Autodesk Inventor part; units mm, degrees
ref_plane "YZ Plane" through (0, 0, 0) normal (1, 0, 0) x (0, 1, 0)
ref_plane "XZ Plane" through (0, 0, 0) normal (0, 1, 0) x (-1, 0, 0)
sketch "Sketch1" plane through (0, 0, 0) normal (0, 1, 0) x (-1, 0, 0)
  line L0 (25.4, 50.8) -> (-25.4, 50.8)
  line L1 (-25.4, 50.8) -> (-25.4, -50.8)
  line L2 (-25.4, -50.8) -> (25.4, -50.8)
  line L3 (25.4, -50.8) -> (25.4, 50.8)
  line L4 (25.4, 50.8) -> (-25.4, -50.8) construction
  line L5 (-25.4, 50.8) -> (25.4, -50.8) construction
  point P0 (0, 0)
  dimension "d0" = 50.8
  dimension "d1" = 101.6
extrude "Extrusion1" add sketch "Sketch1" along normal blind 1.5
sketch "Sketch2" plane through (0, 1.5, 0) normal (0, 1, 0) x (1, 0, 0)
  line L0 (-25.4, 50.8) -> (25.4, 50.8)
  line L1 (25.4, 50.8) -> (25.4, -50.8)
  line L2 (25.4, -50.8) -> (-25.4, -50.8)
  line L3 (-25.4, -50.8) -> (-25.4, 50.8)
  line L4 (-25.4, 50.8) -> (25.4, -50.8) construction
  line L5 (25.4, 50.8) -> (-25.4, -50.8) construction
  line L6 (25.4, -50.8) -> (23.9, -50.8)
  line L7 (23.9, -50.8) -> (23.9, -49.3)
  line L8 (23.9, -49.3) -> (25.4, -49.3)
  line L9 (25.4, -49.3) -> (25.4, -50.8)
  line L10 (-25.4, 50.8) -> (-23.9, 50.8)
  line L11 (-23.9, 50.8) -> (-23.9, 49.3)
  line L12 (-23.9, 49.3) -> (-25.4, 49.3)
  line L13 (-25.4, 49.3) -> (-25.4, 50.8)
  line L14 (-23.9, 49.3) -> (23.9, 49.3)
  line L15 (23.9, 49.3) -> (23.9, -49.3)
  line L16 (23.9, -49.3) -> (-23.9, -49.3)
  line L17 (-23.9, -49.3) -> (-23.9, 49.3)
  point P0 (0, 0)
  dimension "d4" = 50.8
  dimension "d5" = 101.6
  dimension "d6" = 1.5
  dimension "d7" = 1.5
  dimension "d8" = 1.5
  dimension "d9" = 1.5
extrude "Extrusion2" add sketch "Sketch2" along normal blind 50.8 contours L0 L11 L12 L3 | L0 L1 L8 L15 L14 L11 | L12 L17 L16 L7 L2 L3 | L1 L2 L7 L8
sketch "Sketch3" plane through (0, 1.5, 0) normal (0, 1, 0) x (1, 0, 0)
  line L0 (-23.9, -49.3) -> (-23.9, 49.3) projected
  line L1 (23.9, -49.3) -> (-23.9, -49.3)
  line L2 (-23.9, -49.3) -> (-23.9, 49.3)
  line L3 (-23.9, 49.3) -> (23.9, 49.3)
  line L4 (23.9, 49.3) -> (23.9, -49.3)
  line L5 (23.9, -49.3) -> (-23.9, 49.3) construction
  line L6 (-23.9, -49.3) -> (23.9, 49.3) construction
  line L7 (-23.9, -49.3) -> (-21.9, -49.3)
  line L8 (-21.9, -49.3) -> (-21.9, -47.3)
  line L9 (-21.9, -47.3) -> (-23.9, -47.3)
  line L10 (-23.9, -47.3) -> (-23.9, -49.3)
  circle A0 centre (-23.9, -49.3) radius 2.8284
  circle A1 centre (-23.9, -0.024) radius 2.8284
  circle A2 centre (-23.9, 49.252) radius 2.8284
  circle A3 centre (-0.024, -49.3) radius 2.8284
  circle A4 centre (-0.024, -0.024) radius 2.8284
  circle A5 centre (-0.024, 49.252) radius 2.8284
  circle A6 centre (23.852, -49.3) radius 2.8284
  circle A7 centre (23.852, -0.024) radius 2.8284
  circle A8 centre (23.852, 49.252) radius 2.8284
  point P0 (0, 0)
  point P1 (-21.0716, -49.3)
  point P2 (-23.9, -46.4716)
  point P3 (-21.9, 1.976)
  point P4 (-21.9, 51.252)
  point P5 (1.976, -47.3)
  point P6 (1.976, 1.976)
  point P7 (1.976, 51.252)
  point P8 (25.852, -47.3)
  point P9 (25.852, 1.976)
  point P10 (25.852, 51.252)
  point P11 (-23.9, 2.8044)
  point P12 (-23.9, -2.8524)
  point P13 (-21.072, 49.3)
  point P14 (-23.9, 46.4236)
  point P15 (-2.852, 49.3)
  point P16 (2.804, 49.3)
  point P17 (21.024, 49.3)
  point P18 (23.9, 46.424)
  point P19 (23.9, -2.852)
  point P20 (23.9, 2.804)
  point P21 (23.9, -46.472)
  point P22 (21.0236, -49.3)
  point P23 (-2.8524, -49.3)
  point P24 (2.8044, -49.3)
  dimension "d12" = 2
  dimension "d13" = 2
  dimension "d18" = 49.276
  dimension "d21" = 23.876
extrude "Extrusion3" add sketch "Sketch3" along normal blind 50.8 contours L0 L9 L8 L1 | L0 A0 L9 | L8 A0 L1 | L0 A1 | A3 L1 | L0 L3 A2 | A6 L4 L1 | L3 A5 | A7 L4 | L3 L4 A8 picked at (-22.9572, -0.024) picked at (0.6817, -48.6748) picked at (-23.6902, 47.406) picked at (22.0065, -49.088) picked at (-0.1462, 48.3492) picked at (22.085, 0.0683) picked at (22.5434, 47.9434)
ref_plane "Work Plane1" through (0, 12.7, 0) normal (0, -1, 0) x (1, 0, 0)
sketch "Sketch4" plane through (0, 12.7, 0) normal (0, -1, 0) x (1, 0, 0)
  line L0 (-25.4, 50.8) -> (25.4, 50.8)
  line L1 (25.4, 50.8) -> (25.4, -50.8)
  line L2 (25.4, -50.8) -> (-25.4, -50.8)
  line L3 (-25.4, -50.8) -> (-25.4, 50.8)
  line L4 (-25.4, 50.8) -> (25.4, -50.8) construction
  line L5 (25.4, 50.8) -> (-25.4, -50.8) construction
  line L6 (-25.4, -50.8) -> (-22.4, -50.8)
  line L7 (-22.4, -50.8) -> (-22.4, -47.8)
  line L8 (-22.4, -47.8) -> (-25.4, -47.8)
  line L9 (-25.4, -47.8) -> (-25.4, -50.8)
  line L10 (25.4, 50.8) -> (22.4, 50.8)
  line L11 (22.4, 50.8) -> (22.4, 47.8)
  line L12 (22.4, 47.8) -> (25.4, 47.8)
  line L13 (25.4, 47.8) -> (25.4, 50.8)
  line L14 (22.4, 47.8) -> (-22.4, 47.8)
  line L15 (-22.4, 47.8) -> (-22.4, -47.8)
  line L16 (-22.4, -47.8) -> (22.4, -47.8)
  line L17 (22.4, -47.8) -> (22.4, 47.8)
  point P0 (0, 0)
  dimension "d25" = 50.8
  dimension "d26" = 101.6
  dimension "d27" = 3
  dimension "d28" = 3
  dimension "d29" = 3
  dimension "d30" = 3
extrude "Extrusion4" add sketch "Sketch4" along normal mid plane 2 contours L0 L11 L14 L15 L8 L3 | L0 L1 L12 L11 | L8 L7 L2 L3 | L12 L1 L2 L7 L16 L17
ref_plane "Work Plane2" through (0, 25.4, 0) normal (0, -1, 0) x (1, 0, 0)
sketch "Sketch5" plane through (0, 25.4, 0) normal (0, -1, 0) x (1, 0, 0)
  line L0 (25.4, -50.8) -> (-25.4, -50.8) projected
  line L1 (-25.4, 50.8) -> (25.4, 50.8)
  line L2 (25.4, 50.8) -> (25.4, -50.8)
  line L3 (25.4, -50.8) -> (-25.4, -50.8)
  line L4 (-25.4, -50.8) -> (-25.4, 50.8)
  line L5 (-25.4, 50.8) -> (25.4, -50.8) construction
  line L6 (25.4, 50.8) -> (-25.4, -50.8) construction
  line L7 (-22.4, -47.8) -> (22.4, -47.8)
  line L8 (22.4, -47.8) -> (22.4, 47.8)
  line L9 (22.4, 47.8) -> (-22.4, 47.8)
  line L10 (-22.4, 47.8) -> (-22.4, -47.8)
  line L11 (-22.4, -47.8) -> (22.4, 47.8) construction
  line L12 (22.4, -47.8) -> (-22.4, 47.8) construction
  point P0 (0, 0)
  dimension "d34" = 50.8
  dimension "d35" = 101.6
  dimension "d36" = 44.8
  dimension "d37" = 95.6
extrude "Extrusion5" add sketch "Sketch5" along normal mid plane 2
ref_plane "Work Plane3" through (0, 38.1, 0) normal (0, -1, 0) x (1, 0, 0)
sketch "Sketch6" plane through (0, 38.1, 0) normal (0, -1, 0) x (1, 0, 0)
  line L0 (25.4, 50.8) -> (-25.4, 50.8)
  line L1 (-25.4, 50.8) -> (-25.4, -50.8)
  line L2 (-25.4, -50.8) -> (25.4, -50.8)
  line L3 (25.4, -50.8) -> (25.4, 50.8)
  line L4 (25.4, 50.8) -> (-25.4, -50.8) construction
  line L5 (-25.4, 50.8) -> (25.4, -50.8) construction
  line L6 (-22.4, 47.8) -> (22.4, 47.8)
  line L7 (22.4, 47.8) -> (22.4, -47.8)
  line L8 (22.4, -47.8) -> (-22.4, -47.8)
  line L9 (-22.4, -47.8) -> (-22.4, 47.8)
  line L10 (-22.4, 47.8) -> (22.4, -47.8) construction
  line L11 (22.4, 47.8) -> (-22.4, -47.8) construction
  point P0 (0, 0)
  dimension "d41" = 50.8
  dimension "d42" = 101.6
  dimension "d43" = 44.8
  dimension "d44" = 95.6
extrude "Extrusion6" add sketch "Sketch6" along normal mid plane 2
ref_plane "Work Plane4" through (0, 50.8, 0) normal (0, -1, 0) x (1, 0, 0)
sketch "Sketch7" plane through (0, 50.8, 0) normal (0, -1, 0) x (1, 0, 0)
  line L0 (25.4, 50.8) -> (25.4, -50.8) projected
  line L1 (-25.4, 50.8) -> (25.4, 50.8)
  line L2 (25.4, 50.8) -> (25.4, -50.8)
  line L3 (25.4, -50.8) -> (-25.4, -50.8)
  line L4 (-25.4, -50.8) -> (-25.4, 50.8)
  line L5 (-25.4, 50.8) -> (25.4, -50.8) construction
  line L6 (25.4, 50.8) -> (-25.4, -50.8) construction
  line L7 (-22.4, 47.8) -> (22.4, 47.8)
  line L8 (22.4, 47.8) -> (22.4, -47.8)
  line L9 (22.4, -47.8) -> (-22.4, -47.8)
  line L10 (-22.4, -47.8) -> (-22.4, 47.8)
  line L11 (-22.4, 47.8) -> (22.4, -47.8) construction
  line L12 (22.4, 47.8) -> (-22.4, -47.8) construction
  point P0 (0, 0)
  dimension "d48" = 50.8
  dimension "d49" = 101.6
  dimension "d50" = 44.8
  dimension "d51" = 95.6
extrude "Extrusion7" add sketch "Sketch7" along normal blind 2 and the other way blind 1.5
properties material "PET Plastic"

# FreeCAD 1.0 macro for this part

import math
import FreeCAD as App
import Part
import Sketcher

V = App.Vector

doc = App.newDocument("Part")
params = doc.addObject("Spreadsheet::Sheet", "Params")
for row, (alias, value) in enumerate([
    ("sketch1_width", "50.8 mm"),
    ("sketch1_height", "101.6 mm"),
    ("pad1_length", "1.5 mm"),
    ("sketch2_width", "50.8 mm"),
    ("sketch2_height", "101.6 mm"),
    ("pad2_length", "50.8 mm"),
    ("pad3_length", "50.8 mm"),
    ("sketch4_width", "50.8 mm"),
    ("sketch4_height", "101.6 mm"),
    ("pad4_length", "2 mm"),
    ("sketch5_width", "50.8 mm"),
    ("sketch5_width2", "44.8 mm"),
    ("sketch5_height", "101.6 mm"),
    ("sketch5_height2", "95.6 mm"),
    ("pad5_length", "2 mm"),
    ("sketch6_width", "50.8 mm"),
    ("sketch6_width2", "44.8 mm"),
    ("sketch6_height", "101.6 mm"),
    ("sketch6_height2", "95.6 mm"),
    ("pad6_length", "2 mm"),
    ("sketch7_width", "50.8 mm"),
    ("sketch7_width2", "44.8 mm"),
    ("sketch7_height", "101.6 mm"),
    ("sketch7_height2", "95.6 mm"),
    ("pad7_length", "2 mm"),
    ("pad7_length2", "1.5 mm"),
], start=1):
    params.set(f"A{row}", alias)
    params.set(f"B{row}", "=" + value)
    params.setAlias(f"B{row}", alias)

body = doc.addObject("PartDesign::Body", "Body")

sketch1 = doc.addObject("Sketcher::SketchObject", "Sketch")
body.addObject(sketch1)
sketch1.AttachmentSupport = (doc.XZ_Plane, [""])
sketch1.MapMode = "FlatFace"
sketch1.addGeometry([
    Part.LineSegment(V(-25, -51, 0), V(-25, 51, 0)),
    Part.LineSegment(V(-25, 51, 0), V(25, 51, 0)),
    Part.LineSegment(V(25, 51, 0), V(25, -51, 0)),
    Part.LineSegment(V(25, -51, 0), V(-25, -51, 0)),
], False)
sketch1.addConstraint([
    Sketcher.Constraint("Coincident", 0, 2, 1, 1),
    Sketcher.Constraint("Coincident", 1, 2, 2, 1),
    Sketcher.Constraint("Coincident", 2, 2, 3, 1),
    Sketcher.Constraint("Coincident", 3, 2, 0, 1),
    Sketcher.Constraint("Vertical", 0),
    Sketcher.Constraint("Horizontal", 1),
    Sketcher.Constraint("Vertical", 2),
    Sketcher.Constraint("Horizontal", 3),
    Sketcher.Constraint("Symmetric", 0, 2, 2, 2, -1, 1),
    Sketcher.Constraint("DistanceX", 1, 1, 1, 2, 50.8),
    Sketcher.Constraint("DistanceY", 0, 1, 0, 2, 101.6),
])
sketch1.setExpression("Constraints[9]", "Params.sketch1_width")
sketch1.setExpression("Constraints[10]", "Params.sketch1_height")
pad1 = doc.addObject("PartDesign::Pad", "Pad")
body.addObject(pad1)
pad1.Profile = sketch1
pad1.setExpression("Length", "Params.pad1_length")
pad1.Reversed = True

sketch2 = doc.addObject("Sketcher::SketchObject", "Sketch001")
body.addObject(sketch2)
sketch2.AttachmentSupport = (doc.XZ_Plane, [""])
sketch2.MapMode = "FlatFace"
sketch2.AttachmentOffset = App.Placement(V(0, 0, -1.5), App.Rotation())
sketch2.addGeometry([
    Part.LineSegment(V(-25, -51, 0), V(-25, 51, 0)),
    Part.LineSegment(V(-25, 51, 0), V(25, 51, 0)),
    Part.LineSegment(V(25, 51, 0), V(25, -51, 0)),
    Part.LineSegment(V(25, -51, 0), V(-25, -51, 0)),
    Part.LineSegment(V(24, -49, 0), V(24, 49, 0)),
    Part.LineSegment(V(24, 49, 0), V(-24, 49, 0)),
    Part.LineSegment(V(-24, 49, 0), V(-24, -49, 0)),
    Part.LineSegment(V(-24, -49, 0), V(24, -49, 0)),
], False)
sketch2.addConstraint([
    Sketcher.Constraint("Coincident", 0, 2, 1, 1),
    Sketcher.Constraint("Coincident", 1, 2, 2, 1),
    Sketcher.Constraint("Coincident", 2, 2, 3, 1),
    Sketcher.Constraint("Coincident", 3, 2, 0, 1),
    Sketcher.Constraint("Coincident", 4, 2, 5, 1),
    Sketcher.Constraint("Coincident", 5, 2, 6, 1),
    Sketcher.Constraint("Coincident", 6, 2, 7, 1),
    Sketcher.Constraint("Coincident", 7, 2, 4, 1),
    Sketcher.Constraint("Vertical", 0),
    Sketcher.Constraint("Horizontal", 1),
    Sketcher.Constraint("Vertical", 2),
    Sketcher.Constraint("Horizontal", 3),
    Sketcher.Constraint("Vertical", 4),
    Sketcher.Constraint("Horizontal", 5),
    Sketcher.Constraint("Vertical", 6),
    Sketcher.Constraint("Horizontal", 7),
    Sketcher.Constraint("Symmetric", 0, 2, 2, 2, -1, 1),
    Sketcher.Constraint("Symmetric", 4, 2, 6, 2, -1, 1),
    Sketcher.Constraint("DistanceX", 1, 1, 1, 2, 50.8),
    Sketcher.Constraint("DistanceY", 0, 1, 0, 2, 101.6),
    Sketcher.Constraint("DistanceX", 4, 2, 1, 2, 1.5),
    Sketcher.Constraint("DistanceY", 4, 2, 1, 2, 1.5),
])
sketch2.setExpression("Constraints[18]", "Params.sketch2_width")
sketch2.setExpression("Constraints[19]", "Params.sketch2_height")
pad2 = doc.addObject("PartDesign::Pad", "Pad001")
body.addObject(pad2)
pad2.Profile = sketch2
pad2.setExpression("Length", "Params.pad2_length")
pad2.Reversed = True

**WHAT YOU NEED TO DO:**
Word search in the records above: please count the lines holding "projected" and state the count alone.

**EXERCISE RESPONSE:**
3